(Extracted material Opens)

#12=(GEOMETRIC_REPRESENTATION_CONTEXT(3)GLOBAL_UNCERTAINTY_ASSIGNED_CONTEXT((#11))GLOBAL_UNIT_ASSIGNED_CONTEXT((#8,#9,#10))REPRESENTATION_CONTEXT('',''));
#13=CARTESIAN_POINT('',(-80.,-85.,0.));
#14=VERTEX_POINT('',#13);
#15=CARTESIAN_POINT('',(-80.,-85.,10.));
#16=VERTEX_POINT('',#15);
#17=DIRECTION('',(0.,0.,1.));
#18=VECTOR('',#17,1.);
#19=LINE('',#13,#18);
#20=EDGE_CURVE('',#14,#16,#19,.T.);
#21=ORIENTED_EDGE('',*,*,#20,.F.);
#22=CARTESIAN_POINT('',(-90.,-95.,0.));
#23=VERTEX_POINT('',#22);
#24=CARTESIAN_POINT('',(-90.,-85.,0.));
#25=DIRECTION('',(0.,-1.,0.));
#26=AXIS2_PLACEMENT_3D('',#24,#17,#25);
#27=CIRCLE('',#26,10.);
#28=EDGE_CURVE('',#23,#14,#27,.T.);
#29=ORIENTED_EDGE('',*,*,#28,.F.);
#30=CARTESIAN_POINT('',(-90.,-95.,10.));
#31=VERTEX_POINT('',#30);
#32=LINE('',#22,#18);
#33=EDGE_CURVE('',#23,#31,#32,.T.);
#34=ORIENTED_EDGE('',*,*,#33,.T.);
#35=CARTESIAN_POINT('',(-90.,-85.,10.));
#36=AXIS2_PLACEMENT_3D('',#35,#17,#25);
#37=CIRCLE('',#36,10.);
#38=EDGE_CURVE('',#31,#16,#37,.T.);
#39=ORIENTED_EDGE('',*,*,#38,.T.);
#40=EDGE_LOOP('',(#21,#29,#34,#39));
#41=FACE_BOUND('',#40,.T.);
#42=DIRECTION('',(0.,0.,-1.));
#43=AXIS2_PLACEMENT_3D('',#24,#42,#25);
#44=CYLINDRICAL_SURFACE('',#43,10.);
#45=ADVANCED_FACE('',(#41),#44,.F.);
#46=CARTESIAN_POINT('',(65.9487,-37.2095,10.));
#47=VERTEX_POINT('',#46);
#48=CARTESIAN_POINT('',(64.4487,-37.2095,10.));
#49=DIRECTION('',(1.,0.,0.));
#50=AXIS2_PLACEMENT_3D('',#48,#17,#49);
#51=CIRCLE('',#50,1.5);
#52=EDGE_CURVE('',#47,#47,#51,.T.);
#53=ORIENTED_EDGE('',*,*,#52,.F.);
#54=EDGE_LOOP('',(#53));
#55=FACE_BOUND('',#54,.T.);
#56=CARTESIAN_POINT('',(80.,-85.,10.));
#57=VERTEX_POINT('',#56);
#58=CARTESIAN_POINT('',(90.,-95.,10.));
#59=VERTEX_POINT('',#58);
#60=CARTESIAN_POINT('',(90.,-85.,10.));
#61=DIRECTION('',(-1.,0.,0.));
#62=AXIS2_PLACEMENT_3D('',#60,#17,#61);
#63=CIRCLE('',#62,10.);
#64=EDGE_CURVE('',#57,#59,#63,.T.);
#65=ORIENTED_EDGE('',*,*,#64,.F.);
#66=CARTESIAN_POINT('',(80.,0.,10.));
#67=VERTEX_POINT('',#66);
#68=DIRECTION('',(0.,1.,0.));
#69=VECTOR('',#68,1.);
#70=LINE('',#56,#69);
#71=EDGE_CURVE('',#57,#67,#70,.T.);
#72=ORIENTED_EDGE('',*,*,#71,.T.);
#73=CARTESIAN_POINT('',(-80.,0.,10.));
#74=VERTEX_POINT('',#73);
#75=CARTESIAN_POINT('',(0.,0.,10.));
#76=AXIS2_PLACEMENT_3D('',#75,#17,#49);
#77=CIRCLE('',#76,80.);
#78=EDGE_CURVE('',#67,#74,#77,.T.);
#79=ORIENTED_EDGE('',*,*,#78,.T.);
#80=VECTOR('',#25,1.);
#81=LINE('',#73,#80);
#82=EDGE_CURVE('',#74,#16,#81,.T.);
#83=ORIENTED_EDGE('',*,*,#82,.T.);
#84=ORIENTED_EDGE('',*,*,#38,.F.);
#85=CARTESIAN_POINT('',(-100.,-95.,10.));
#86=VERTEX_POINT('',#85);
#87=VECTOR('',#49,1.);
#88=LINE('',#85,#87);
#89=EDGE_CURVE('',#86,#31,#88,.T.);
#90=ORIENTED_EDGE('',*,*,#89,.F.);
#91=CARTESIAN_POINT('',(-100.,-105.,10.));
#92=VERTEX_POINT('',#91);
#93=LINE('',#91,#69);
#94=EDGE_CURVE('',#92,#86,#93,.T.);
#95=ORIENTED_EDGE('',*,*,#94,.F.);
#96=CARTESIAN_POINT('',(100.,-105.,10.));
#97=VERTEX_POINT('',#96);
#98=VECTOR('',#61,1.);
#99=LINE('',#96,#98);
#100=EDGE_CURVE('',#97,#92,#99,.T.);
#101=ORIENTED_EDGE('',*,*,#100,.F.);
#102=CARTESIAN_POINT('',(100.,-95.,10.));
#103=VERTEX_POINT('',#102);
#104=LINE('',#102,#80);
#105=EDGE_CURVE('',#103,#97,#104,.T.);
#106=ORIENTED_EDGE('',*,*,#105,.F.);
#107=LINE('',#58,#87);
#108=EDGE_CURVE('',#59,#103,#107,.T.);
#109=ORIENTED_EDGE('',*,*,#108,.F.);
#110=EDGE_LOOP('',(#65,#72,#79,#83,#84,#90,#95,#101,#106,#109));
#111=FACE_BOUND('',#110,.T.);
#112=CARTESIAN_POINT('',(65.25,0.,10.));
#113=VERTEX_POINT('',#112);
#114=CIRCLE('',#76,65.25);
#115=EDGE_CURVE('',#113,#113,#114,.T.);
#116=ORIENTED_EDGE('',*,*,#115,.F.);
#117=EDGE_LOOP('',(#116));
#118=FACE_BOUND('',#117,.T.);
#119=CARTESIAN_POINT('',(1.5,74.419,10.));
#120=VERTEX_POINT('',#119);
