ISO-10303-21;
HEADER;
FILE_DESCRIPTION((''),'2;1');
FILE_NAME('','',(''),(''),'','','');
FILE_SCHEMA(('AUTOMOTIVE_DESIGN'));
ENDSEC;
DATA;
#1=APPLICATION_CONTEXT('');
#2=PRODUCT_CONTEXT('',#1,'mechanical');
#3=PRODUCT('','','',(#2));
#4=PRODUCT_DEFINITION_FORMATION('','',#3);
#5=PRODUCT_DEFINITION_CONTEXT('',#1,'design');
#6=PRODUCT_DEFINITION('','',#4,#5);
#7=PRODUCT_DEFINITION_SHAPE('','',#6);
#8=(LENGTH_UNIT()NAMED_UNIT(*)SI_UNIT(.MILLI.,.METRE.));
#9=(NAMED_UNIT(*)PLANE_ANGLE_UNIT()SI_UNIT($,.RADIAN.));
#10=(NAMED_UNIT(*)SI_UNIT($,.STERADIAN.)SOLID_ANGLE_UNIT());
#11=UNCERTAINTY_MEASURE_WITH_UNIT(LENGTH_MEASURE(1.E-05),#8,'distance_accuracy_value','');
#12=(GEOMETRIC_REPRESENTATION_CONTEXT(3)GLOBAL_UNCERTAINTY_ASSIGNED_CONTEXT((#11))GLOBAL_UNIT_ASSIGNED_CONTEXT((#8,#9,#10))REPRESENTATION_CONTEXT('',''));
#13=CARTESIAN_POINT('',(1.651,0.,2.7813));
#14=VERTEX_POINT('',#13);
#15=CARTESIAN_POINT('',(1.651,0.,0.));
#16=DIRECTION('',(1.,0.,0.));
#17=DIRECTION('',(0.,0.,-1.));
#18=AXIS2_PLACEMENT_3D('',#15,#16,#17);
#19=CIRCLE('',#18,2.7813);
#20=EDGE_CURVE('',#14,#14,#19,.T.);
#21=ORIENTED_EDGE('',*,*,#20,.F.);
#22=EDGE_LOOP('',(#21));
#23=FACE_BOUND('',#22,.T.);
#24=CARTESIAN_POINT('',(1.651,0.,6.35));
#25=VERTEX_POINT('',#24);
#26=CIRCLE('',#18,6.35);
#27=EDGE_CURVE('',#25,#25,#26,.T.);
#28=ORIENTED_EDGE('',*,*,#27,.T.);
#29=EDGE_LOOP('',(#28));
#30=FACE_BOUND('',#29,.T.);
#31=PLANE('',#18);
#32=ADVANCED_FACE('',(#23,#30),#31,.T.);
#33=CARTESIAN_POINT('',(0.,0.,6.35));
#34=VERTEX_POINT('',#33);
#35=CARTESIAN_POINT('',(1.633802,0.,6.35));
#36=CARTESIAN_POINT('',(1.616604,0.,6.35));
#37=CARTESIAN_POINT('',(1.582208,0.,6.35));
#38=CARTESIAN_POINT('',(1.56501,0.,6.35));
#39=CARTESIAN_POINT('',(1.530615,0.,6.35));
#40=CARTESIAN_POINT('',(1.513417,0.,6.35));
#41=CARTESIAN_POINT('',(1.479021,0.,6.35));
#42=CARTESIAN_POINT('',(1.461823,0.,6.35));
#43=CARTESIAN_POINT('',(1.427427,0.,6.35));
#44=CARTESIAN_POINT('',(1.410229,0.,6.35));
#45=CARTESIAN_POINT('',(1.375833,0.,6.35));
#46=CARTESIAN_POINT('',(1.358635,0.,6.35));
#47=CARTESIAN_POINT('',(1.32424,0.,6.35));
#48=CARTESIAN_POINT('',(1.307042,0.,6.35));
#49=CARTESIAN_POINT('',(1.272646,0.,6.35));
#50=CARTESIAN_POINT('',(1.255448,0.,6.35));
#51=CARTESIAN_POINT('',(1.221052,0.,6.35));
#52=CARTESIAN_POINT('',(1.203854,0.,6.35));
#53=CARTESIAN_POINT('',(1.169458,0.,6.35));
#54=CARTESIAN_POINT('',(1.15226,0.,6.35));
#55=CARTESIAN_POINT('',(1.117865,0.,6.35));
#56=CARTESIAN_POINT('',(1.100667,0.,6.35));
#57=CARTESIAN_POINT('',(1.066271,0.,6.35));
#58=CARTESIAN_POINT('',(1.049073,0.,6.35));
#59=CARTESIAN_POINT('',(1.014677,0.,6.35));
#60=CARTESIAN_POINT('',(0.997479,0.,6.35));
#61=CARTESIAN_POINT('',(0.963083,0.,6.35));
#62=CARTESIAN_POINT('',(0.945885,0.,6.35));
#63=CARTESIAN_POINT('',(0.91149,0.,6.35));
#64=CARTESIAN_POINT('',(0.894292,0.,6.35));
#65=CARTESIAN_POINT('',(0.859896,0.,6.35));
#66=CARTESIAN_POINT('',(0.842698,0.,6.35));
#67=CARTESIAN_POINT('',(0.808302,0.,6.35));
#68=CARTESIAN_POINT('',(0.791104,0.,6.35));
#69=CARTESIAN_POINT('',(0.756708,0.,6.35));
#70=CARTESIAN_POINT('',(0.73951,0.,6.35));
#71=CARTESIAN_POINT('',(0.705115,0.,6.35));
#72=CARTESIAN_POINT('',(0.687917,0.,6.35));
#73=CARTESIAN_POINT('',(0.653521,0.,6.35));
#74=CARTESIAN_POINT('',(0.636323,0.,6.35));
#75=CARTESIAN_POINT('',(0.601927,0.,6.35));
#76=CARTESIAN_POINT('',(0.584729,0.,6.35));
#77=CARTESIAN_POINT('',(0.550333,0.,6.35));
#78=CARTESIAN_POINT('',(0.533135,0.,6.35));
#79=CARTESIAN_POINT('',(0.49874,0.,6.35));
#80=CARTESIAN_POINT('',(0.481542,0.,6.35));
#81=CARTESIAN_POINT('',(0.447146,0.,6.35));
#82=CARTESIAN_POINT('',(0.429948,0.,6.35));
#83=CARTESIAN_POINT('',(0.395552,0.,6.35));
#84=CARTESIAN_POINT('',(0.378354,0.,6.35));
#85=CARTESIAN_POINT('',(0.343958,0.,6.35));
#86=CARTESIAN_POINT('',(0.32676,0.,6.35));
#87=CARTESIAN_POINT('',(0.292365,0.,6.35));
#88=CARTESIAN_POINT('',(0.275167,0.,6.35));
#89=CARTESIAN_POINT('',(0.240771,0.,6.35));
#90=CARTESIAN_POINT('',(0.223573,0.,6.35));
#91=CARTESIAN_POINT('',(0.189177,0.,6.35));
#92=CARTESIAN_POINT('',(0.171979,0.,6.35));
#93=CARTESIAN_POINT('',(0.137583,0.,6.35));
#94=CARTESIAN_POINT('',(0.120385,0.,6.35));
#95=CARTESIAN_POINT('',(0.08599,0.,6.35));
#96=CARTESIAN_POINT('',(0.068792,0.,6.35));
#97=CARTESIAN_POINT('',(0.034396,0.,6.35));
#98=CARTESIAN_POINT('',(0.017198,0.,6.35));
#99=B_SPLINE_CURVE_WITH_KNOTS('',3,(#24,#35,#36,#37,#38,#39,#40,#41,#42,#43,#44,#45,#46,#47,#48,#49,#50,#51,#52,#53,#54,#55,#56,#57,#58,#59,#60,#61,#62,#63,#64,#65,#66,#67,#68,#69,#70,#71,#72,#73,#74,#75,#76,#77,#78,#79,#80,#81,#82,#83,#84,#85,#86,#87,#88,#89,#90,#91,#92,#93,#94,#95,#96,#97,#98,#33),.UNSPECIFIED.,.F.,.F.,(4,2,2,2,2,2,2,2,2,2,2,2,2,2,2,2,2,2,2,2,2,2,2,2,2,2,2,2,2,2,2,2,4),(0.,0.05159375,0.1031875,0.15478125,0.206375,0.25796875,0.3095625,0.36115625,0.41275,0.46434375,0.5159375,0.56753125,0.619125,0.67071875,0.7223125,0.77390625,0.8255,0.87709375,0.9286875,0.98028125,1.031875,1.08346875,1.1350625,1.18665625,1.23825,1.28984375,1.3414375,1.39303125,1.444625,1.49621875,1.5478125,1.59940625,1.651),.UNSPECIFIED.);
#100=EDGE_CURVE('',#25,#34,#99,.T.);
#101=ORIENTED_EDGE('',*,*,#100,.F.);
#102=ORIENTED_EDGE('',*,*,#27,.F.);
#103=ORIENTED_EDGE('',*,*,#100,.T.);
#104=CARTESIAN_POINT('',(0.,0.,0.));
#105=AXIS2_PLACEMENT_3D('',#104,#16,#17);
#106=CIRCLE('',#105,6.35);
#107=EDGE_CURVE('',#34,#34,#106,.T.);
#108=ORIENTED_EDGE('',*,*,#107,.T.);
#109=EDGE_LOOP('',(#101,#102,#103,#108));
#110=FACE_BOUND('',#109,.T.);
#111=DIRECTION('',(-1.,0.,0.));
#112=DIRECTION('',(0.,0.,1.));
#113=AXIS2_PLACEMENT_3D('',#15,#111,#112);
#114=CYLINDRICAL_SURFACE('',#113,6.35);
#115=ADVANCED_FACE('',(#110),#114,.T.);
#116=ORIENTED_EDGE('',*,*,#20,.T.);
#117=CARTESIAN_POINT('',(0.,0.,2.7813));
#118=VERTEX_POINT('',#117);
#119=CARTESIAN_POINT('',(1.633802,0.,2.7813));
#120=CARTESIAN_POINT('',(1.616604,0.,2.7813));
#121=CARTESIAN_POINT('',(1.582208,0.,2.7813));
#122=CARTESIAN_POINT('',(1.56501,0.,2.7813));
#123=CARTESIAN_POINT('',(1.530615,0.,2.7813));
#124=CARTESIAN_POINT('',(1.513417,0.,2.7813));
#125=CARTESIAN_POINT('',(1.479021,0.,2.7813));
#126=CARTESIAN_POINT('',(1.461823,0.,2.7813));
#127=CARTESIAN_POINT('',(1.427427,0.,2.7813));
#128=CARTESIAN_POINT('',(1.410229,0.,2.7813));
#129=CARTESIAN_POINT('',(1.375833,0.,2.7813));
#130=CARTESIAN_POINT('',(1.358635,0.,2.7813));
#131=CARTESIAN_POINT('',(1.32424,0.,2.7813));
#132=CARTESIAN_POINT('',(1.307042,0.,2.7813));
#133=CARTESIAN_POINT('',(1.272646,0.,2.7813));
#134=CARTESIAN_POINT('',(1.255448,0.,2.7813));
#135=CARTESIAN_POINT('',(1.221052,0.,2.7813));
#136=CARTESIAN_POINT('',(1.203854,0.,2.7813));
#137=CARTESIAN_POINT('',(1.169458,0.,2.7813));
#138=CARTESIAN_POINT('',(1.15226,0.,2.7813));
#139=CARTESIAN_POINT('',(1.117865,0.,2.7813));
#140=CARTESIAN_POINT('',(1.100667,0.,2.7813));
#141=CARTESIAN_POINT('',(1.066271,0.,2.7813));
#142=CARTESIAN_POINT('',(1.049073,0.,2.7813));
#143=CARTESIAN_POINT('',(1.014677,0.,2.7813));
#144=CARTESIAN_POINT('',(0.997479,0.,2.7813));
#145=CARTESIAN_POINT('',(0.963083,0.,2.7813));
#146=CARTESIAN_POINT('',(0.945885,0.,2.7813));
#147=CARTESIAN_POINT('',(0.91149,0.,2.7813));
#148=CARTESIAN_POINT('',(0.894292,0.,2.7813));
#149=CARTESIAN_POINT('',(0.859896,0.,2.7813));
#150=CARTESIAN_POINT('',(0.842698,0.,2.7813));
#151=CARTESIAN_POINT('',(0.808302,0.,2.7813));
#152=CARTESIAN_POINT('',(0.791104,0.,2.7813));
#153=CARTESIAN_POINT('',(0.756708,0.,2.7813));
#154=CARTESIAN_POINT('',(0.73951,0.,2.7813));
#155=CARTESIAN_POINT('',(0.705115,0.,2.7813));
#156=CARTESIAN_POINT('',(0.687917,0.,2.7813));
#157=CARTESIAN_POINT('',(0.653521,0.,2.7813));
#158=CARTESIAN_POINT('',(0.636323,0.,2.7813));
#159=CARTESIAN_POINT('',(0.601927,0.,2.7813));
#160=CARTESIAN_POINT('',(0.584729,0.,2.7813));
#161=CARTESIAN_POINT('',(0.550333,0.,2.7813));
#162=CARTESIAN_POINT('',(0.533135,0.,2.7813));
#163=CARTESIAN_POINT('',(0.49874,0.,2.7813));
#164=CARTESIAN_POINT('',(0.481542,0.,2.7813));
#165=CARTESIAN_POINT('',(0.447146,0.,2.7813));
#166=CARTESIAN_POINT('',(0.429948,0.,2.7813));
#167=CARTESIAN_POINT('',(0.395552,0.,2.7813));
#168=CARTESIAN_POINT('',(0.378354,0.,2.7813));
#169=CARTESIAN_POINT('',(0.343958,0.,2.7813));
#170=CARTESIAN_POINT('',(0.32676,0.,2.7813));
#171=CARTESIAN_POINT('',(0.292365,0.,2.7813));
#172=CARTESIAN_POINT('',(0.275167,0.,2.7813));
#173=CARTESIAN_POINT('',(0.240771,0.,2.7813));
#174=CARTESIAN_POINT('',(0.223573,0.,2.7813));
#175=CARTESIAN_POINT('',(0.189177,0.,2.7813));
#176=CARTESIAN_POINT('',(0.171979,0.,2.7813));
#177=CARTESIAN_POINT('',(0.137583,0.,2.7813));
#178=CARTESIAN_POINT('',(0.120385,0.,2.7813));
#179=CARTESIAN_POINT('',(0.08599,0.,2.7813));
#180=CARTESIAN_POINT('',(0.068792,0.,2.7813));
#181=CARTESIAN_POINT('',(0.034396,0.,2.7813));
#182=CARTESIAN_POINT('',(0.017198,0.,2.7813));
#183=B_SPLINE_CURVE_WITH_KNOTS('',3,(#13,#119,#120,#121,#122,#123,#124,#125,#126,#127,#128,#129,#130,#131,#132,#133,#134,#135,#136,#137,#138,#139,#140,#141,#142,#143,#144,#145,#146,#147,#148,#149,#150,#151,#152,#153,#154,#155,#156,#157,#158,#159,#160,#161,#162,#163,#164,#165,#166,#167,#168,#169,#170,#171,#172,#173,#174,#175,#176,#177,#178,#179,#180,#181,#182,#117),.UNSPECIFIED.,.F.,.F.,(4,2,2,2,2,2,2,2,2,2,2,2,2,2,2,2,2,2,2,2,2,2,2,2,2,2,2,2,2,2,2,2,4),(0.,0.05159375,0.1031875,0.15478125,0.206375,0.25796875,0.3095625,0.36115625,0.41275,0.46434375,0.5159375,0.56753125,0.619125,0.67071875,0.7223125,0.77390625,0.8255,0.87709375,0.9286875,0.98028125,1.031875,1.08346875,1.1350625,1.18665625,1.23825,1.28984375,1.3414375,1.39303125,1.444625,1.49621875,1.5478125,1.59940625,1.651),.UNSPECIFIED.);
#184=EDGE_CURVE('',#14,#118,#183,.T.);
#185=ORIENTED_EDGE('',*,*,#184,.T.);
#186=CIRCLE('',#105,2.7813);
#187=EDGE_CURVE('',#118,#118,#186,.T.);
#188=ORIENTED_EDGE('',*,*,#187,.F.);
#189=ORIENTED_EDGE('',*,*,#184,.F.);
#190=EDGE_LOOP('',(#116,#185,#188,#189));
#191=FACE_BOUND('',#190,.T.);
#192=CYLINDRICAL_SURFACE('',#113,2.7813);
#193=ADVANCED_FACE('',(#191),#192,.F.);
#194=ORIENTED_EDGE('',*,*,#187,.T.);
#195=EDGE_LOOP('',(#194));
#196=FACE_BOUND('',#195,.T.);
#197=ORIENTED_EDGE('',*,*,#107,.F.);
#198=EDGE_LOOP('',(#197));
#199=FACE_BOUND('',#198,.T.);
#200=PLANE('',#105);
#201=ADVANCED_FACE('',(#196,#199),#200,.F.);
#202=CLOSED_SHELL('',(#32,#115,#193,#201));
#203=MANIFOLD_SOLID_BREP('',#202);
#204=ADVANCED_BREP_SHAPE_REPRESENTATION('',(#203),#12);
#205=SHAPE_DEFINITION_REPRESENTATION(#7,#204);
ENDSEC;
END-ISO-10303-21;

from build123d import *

# Parameters (mm, degrees)
SKETCH1_R           = 6.35
SKETCH1_R_2         = 2.7813
BOSS_EXTRUDE1_DEPTH = 1.651


with BuildPart() as part:
    # Sketch1 → Boss-Extrude1 (new body)
    with BuildSketch(Plane(origin=(0, 0, 0), x_dir=(0, 0, -1), z_dir=(1, 0, 0))):
        with Locations(Location((0, 0, 0), (0, 0, 180))):
            Circle(SKETCH1_R)
        with Locations(Location((0, 0, 0), (0, 0, 180))):
            Circle(SKETCH1_R_2, mode=Mode.SUBTRACT)
    extrude(amount=BOSS_EXTRUDE1_DEPTH)


solid = part.part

(Extracted material Closes)

▶ [Problem]
In the records, find every line that has the string "DIRECTION" and copy it.

▶ [Task response]
#17=DIRECTION('',(0.,0.,1.));
#25=DIRECTION('',(0.,-1.,0.));
#42=DIRECTION('',(0.,0.,-1.));
#49=DIRECTION('',(1.,0.,0.));
#61=DIRECTION('',(-1.,0.,0.));
#68=DIRECTION('',(0.,1.,0.));
#16=DIRECTION('',(1.,0.,0.));
#17=DIRECTION('',(0.,0.,-1.));
#111=DIRECTION('',(-1.,0.,0.));
#112=DIRECTION('',(0.,0.,1.));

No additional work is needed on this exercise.